Мир качнулся, и я попытался уцепиться за спинку стула, но схватил руками лишь пустоту.
* * *
— Кто-нибудь мне объяснит, что здесь вообще изображено? — рядом со мной звенел голос Мыши, который запомнился ещё в прошлый раз всеми своими пищащими обертонами.
— Полагаю, сам художник нам сейчас и разъяснит, что он имел в виду, рисуя вот это… — Голос Кречета звучал недовольно.
Вокруг в унисон заговорили остальные боги, и тогда я приоткрыл один глаз. Ну, конечно, где я ещё мог оказаться, если не в этом колонном зале?
— Дорогая, может быть, ты уже выяснишь у своего подопечного, что это такое? — слышать Машин голос из уст этой стервы было неприятно. Но она не собиралась считаться с моими чувствами. — Ты же понимаешь, мы все сейчас довольно взвинчены и можем совершить то, о чём впоследствии сильно пожалеем.
— Женя, — голос Рыси звучал совсем близко. Тогда я открыл глаза полностью, и оглядел собравшихся.
— Что, Женя? Знаете, есть такая песенка, которая очень точно характеризует всех вас. «Нрав богов порочен от начала дней», — по-моему, я сфальшивил даже в такой короткой строчке. — Очень верно, не правда ли?
— Не груби, — вперёд вышел Кречет.
— Я пытаюсь. — Я посмотрел на свои руки. В правой всё ещё была зажата кисть. Она была не годна для дальнейшего применения. Какая-то облезлая вся. Без всякого сожаления швырнул её на холодный пол, который сам был произведением искусства. При этом нисколько не заботясь о том, что оставшаяся краска может его испортить. Если честно, мне было на это плевать.
— Женя, мы все просто хотим выяснить, что изображено на этой картине? — Рысь мягко улыбнулась и положила руку мне на предплечье. При этом я почувствовал, как кожи коснулись огромные и острые когти.

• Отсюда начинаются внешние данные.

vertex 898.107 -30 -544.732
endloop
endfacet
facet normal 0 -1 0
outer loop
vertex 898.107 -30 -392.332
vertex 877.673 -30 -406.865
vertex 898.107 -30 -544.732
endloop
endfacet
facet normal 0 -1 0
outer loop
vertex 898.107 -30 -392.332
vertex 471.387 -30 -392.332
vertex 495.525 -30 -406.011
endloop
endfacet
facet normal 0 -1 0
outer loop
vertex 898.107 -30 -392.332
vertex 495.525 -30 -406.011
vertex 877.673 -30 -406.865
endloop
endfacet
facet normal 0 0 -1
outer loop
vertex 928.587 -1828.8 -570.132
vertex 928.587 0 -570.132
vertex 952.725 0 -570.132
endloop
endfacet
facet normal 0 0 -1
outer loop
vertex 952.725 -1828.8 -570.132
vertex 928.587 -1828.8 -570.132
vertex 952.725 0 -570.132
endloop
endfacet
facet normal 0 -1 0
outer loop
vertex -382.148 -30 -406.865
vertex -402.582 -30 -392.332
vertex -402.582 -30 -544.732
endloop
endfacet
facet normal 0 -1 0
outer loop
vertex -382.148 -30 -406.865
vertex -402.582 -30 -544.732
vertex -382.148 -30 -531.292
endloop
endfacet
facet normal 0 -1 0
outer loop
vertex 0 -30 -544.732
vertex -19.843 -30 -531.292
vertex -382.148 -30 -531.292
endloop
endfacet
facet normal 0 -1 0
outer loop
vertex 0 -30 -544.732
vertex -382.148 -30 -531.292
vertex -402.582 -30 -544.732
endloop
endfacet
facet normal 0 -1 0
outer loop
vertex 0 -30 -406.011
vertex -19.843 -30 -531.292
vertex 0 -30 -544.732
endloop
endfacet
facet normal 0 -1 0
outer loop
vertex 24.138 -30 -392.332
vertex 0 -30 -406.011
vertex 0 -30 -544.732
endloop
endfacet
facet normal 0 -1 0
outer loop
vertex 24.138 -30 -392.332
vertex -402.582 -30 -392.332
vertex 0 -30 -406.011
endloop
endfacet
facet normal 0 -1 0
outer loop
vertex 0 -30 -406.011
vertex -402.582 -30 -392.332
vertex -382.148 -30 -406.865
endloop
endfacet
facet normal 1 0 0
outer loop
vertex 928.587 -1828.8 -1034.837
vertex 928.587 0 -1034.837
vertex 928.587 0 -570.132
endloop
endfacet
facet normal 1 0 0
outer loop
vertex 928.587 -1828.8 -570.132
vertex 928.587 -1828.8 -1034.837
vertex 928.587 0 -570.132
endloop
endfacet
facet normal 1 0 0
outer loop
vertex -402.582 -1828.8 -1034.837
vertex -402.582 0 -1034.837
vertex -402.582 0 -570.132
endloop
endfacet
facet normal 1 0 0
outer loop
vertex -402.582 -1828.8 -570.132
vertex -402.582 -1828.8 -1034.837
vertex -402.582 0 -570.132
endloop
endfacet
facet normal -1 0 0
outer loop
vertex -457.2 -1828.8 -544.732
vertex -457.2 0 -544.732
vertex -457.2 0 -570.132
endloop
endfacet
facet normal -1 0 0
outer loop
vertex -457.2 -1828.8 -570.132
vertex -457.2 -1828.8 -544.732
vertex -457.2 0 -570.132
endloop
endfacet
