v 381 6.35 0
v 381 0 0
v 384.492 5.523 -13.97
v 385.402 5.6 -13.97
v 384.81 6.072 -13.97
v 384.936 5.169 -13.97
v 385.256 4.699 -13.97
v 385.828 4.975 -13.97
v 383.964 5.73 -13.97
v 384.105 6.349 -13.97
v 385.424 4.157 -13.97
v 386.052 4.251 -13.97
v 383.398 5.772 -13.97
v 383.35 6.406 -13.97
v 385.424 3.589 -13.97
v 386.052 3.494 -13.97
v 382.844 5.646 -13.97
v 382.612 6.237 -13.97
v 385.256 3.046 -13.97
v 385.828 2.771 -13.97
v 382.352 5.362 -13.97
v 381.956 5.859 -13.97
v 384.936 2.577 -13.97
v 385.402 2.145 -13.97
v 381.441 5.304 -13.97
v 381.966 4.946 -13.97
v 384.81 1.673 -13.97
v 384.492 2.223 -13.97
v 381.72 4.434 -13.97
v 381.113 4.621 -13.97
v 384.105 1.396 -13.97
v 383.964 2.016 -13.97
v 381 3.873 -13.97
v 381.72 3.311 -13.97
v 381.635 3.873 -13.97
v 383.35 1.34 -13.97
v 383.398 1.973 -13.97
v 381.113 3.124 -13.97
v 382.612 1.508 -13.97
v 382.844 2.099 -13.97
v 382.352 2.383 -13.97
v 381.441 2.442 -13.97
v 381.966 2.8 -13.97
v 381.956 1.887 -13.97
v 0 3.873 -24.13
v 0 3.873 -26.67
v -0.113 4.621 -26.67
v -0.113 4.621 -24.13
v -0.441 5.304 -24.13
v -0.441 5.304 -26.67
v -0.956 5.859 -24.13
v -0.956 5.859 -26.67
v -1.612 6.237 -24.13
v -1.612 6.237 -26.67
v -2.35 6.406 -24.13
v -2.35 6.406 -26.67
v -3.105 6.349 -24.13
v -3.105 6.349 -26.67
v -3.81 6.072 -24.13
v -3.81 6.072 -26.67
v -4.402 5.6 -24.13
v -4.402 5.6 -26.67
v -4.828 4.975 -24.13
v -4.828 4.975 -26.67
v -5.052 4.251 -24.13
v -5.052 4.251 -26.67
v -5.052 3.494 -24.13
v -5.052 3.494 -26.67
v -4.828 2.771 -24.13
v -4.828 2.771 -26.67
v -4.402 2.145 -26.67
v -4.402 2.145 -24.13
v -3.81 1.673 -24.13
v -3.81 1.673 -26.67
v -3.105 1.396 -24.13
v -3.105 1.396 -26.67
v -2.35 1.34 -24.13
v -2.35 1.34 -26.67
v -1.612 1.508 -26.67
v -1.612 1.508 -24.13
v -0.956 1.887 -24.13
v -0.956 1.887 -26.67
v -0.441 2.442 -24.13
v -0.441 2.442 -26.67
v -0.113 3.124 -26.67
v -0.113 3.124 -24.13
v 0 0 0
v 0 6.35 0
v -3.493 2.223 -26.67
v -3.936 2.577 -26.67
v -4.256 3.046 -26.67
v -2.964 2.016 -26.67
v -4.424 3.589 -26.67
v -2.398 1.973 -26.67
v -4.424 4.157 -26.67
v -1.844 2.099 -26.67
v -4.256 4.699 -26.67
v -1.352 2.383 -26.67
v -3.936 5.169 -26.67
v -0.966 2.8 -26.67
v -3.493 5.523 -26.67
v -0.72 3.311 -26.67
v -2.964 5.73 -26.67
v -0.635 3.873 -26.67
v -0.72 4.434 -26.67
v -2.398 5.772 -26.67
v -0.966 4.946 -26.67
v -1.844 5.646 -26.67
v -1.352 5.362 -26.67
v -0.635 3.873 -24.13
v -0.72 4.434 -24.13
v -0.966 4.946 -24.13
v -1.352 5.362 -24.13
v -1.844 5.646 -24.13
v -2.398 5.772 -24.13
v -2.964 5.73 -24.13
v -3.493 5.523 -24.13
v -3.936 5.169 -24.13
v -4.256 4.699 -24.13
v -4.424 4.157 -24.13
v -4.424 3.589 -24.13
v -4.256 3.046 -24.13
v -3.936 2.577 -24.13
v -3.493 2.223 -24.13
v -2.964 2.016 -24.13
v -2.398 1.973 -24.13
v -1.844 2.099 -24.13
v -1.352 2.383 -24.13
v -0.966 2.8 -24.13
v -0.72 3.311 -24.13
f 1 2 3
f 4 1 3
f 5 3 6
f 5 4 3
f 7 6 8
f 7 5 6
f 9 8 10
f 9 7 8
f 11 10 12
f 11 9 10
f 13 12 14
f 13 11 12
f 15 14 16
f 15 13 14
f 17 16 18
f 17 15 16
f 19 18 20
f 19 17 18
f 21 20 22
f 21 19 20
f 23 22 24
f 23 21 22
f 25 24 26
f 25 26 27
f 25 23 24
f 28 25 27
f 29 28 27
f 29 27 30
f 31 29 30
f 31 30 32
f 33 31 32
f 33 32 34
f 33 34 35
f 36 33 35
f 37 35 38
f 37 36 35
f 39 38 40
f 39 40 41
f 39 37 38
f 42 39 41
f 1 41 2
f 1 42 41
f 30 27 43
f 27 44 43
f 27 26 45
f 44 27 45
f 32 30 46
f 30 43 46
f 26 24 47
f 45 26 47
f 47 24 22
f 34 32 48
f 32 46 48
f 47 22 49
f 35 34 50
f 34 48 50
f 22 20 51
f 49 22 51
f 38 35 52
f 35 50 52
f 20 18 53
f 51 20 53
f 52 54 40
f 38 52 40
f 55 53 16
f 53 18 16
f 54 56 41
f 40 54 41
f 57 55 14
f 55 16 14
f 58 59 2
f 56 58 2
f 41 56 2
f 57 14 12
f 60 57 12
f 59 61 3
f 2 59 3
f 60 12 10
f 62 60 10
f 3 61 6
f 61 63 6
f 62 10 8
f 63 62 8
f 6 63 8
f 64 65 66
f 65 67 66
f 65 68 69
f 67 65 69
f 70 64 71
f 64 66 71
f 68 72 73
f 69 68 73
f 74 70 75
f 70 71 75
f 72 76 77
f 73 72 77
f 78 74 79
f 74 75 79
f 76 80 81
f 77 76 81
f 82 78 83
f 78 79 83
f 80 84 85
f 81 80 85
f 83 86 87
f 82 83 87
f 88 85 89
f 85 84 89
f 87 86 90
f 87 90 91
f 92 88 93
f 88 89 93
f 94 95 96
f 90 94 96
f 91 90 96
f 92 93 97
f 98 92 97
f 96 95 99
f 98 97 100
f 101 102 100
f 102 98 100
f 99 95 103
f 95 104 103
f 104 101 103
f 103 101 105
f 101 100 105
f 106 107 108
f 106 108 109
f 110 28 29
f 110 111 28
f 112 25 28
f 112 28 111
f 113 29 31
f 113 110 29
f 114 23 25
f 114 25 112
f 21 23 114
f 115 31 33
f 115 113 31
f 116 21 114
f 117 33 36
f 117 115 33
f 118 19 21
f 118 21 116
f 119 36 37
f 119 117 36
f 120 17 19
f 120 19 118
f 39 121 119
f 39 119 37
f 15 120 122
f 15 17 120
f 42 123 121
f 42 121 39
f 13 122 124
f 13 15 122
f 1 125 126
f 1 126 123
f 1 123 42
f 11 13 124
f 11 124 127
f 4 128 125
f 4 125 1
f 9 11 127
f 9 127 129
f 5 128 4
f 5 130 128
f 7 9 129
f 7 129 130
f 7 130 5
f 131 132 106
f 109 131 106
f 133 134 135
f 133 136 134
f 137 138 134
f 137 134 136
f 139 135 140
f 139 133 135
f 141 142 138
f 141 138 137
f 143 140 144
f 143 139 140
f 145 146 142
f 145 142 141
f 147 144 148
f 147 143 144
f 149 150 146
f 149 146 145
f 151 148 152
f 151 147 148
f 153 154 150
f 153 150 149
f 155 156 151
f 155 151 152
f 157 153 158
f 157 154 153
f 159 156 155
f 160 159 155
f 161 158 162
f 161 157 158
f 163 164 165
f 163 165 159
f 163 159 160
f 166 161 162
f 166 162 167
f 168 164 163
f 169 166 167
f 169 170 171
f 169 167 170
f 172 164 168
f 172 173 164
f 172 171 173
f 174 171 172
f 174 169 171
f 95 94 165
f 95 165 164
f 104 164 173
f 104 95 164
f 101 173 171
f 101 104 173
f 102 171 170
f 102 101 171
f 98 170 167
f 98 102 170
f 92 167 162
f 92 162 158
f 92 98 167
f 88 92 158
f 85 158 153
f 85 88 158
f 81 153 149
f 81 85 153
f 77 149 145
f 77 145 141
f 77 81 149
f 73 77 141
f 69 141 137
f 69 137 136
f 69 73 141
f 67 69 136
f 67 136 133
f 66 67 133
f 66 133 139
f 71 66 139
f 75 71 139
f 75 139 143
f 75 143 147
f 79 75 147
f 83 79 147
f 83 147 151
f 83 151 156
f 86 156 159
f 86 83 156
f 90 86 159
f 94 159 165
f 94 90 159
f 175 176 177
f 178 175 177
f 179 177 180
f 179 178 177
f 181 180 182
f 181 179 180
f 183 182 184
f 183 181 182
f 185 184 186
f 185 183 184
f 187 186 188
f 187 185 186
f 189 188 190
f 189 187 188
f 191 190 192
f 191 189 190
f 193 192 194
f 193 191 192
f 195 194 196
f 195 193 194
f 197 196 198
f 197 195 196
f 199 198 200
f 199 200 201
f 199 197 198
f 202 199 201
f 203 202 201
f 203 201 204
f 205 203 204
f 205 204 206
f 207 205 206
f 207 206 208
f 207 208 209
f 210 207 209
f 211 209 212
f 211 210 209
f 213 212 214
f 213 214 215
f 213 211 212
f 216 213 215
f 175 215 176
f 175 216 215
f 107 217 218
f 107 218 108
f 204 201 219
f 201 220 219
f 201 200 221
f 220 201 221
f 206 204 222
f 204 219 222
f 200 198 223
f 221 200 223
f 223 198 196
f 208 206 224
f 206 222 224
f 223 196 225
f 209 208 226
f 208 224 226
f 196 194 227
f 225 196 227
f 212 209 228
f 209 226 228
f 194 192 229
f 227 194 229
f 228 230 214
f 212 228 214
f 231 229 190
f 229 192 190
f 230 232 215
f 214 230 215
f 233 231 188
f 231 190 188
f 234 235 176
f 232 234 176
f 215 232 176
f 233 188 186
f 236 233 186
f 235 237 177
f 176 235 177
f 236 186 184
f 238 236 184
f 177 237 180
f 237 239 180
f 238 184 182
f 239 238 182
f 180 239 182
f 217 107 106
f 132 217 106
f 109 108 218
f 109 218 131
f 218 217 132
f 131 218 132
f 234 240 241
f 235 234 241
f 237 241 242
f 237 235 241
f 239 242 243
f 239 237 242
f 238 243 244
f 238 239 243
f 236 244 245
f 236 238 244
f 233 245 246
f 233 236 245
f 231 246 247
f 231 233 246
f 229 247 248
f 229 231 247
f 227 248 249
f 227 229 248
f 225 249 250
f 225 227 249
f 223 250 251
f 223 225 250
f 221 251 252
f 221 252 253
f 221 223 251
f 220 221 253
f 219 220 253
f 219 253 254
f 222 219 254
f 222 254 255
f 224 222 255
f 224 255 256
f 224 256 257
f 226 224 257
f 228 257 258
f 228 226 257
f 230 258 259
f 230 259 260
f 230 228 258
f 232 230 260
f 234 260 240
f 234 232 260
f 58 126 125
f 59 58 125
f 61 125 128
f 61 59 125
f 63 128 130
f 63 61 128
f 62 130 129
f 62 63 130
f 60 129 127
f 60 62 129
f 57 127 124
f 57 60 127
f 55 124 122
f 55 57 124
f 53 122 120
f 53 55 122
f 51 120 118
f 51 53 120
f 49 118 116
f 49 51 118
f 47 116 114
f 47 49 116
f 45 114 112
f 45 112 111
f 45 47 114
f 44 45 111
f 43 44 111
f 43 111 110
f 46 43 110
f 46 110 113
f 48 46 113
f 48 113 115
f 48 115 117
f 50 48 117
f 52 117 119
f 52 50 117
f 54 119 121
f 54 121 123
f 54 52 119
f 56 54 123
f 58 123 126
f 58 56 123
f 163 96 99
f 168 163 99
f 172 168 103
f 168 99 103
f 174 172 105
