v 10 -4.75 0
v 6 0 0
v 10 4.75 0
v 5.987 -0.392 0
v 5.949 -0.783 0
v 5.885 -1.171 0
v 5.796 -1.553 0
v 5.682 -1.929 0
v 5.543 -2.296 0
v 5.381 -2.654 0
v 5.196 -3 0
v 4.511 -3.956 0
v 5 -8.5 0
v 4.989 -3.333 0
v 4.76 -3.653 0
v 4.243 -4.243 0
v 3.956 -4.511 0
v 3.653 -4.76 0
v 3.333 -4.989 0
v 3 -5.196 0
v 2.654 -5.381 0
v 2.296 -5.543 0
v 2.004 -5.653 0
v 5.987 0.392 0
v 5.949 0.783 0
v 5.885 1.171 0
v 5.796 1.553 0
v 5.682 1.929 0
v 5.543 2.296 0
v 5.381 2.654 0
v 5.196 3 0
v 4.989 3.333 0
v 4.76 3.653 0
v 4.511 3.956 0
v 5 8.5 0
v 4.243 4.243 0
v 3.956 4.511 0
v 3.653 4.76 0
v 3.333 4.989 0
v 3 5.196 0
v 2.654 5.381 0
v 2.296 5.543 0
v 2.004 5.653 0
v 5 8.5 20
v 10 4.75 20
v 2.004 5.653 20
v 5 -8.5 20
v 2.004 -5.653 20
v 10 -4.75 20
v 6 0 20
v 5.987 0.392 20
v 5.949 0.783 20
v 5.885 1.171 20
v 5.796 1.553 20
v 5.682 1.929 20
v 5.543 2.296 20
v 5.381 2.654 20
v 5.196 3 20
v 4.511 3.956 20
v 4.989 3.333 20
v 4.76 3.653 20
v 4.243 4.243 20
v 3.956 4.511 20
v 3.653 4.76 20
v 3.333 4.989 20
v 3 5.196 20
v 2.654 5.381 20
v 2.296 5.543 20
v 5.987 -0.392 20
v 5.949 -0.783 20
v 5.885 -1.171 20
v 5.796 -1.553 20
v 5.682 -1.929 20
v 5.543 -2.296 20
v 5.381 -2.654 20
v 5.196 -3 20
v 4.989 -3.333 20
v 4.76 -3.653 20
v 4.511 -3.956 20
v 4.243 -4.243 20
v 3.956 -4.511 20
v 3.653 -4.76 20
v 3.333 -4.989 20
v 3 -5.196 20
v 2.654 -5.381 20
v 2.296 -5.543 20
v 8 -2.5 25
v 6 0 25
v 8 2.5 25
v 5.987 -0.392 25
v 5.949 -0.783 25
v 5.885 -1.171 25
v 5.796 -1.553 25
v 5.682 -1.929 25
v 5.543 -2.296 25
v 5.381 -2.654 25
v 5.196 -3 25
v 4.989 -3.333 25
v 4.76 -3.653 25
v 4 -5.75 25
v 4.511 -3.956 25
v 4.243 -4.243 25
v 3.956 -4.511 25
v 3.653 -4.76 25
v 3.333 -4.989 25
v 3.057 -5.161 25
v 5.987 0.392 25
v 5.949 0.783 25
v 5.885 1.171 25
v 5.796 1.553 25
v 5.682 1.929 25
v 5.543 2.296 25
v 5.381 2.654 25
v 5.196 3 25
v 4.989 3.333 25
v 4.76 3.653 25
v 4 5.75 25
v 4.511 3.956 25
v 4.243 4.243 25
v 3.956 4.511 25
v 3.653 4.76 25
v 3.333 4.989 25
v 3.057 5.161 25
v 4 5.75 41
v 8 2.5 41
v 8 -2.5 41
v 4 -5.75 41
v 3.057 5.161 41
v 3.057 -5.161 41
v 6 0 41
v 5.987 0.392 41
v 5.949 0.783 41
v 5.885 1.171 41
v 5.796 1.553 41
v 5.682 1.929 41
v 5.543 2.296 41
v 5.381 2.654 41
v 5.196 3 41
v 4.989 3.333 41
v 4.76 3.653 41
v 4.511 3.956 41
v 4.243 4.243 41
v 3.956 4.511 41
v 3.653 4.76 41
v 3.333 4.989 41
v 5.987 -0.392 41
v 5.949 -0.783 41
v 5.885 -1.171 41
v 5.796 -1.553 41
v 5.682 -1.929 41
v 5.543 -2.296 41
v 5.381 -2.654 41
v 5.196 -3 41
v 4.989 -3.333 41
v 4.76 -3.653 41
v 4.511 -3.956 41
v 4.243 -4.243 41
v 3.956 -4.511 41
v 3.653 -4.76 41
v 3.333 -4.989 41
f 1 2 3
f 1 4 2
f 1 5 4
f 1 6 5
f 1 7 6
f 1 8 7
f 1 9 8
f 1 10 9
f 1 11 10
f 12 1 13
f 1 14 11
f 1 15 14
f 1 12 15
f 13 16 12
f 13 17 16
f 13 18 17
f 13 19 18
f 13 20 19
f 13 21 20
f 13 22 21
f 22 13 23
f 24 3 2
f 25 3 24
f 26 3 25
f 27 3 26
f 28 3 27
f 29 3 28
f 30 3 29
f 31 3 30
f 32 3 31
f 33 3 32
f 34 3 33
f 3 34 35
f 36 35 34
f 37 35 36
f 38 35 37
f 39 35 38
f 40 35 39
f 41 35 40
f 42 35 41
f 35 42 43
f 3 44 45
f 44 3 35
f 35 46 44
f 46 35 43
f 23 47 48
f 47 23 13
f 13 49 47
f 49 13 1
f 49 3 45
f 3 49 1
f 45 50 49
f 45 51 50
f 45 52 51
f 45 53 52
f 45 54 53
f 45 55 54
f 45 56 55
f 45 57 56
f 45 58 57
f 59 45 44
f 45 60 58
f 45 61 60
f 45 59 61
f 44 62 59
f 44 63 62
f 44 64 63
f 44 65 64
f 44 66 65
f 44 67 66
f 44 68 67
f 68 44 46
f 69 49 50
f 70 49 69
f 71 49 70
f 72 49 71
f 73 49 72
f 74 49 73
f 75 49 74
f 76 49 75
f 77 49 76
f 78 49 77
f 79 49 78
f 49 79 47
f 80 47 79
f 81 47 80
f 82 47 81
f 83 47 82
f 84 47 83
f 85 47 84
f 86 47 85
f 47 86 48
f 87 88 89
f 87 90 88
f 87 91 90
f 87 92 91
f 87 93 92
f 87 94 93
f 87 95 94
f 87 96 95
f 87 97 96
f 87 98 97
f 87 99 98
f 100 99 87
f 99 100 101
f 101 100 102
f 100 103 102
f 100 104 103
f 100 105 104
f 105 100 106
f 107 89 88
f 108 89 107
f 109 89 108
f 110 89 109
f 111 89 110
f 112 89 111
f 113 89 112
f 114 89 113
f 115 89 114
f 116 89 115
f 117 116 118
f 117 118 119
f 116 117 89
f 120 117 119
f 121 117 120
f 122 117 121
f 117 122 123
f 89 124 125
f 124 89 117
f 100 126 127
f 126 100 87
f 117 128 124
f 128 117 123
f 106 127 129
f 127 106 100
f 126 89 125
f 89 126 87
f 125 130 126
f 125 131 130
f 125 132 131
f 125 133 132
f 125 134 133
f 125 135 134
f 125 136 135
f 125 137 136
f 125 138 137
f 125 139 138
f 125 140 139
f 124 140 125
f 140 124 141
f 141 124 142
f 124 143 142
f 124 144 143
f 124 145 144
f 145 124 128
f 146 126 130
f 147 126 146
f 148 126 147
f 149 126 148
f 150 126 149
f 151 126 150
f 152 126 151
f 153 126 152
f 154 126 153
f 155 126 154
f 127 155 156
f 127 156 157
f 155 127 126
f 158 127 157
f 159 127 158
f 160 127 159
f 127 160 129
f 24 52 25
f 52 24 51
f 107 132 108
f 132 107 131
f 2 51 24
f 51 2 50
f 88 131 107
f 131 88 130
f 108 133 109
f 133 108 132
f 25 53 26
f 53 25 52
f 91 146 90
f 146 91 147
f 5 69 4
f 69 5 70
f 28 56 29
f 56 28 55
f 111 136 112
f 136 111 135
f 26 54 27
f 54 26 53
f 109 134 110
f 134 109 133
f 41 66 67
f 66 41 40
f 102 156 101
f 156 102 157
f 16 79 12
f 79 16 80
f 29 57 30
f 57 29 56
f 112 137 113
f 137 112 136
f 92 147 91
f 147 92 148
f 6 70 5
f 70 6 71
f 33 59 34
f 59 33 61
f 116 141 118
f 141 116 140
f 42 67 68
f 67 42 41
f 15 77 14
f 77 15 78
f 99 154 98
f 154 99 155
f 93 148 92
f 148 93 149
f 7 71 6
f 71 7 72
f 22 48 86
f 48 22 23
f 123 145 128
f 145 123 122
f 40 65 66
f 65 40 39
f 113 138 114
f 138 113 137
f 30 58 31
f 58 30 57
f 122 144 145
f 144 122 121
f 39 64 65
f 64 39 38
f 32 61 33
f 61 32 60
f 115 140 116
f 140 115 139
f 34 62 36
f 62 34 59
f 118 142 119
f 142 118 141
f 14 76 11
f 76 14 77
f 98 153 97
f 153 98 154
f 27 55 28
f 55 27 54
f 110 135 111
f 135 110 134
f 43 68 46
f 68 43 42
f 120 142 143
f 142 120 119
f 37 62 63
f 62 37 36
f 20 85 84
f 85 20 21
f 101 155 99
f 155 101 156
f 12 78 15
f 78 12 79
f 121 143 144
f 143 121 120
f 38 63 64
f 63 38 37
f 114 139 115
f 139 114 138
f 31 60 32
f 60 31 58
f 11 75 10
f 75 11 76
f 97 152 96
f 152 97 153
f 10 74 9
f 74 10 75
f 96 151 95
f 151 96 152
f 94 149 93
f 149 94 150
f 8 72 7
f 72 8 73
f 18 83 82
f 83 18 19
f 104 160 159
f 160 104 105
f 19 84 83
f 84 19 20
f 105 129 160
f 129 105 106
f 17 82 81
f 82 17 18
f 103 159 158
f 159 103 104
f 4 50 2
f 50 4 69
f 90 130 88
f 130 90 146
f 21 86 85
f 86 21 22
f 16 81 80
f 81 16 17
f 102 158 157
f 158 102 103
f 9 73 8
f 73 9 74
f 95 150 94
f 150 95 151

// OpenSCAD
// Hose-barb reducer: joins 8 mm inner-diameter silicone tubing to 5 mm inner-diameter tubing
// Print orientation: standing upright along +Z, centred on origin in X/Y
// Units: mm

// ---------------- Parameters ----------------
reducer_d      = 12;   // central bore diameter (through full length)
z0             = 0;    // start of first (8 mm) barbs
z1             = 20;   // end of first barbs / start of collar
z2             = 25;   // end of collar / start of second (5 mm) barbs
z3             = 41;   // end of part

barb_h8        = 10;   // height of each 8 mm barb
barb_d8_bot    = 7.5;  // outer diameter of 8 mm barb at bottom
barb_d8_top    = 9.5;  // outer diameter of 8 mm barb at top
barb_n8        = 2;    // number of 8 mm barbs (stacked)

barb_h5        = 8;    // height of each 5 mm barb
barb_d5_bot    = 6.5;  // outer diameter of 5 mm barb at bottom
barb_d5_top    = 5.0;  // outer diameter of 5 mm barb at top
barb_n5        = 2;    // number of 5 mm barbs (stacked)

eps            = 0.5;  // overshoot for clean boolean cuts
$fn            = 96;   // curve resolution

// ---------------- Model ----------------
difference() {
    union() {
        // 8 mm tubing barbs: sawtooth profile, stacked
        for (i = [0 : barb_n8 - 1]) {
            translate([0, 0, z0 + i * barb_h8])
                linear_extrude(height = barb_h8)
                    polygon([
                        [0, -barb_d8_bot / 2],
                        [0,  barb_d8_bot / 2],
                        [barb_h8 / 2, (barb_d8_bot + barb_d8_top) / 2],
                        [barb_h8,   barb_d8_top / 2],
                        [barb_h8,  -barb_d8_top / 2],
                        [barb_h8 / 2, -(barb_d8_bot + barb_d8_top) / 2]
                    ]);
        }

        // Cylindrical collar
        translate([0, 0, z1])
            cylinder(d = reducer_d, h = z2 - z1);

        // 5 mm tubing barbs: shrinking profile, stacked
        for (i = [0 : barb_n5 - 1]) {
            translate([0, 0, z2 + i * barb_h5])
                linear_extrude(height = barb_h5)
                    polygon([
                        [0, -barb_d5_bot / 2],
                        [0,  barb_d5_bot / 2],
                        [barb_h5 / 2, (barb_d5_bot + barb_d5_top) / 2],
                        [barb_h5,   barb_d5_top / 2],
                        [barb_h5,  -barb_d5_top / 2],
                        [barb_h5 / 2, -(barb_d5_bot + barb_d5_top) / 2]
                    ]);
        }
    }

    // Central bore through full length
    translate([0, 0, -eps])
        cylinder(d = reducer_d, h = z3 - z0 + 2 * eps);
}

— Вы все, неужели ты не видишь? — я повернулся к ней. — Я долгое время думал, как это сделать. Чтобы не нарваться на обиды с вашей стороны, и на непонимание со стороны людей. Потом до меня дошло. Тот облик, который вы явили мне впервые и есть правильный. Не этот, этот не ваш, а самых ваших влиятельных подопечных, или тот, который вам просто нравится. Что вы на меня так смотрите? Неужели вы думаете, что я настолько тундра необразованная, что Петра Алексеевича Кречета не знаю?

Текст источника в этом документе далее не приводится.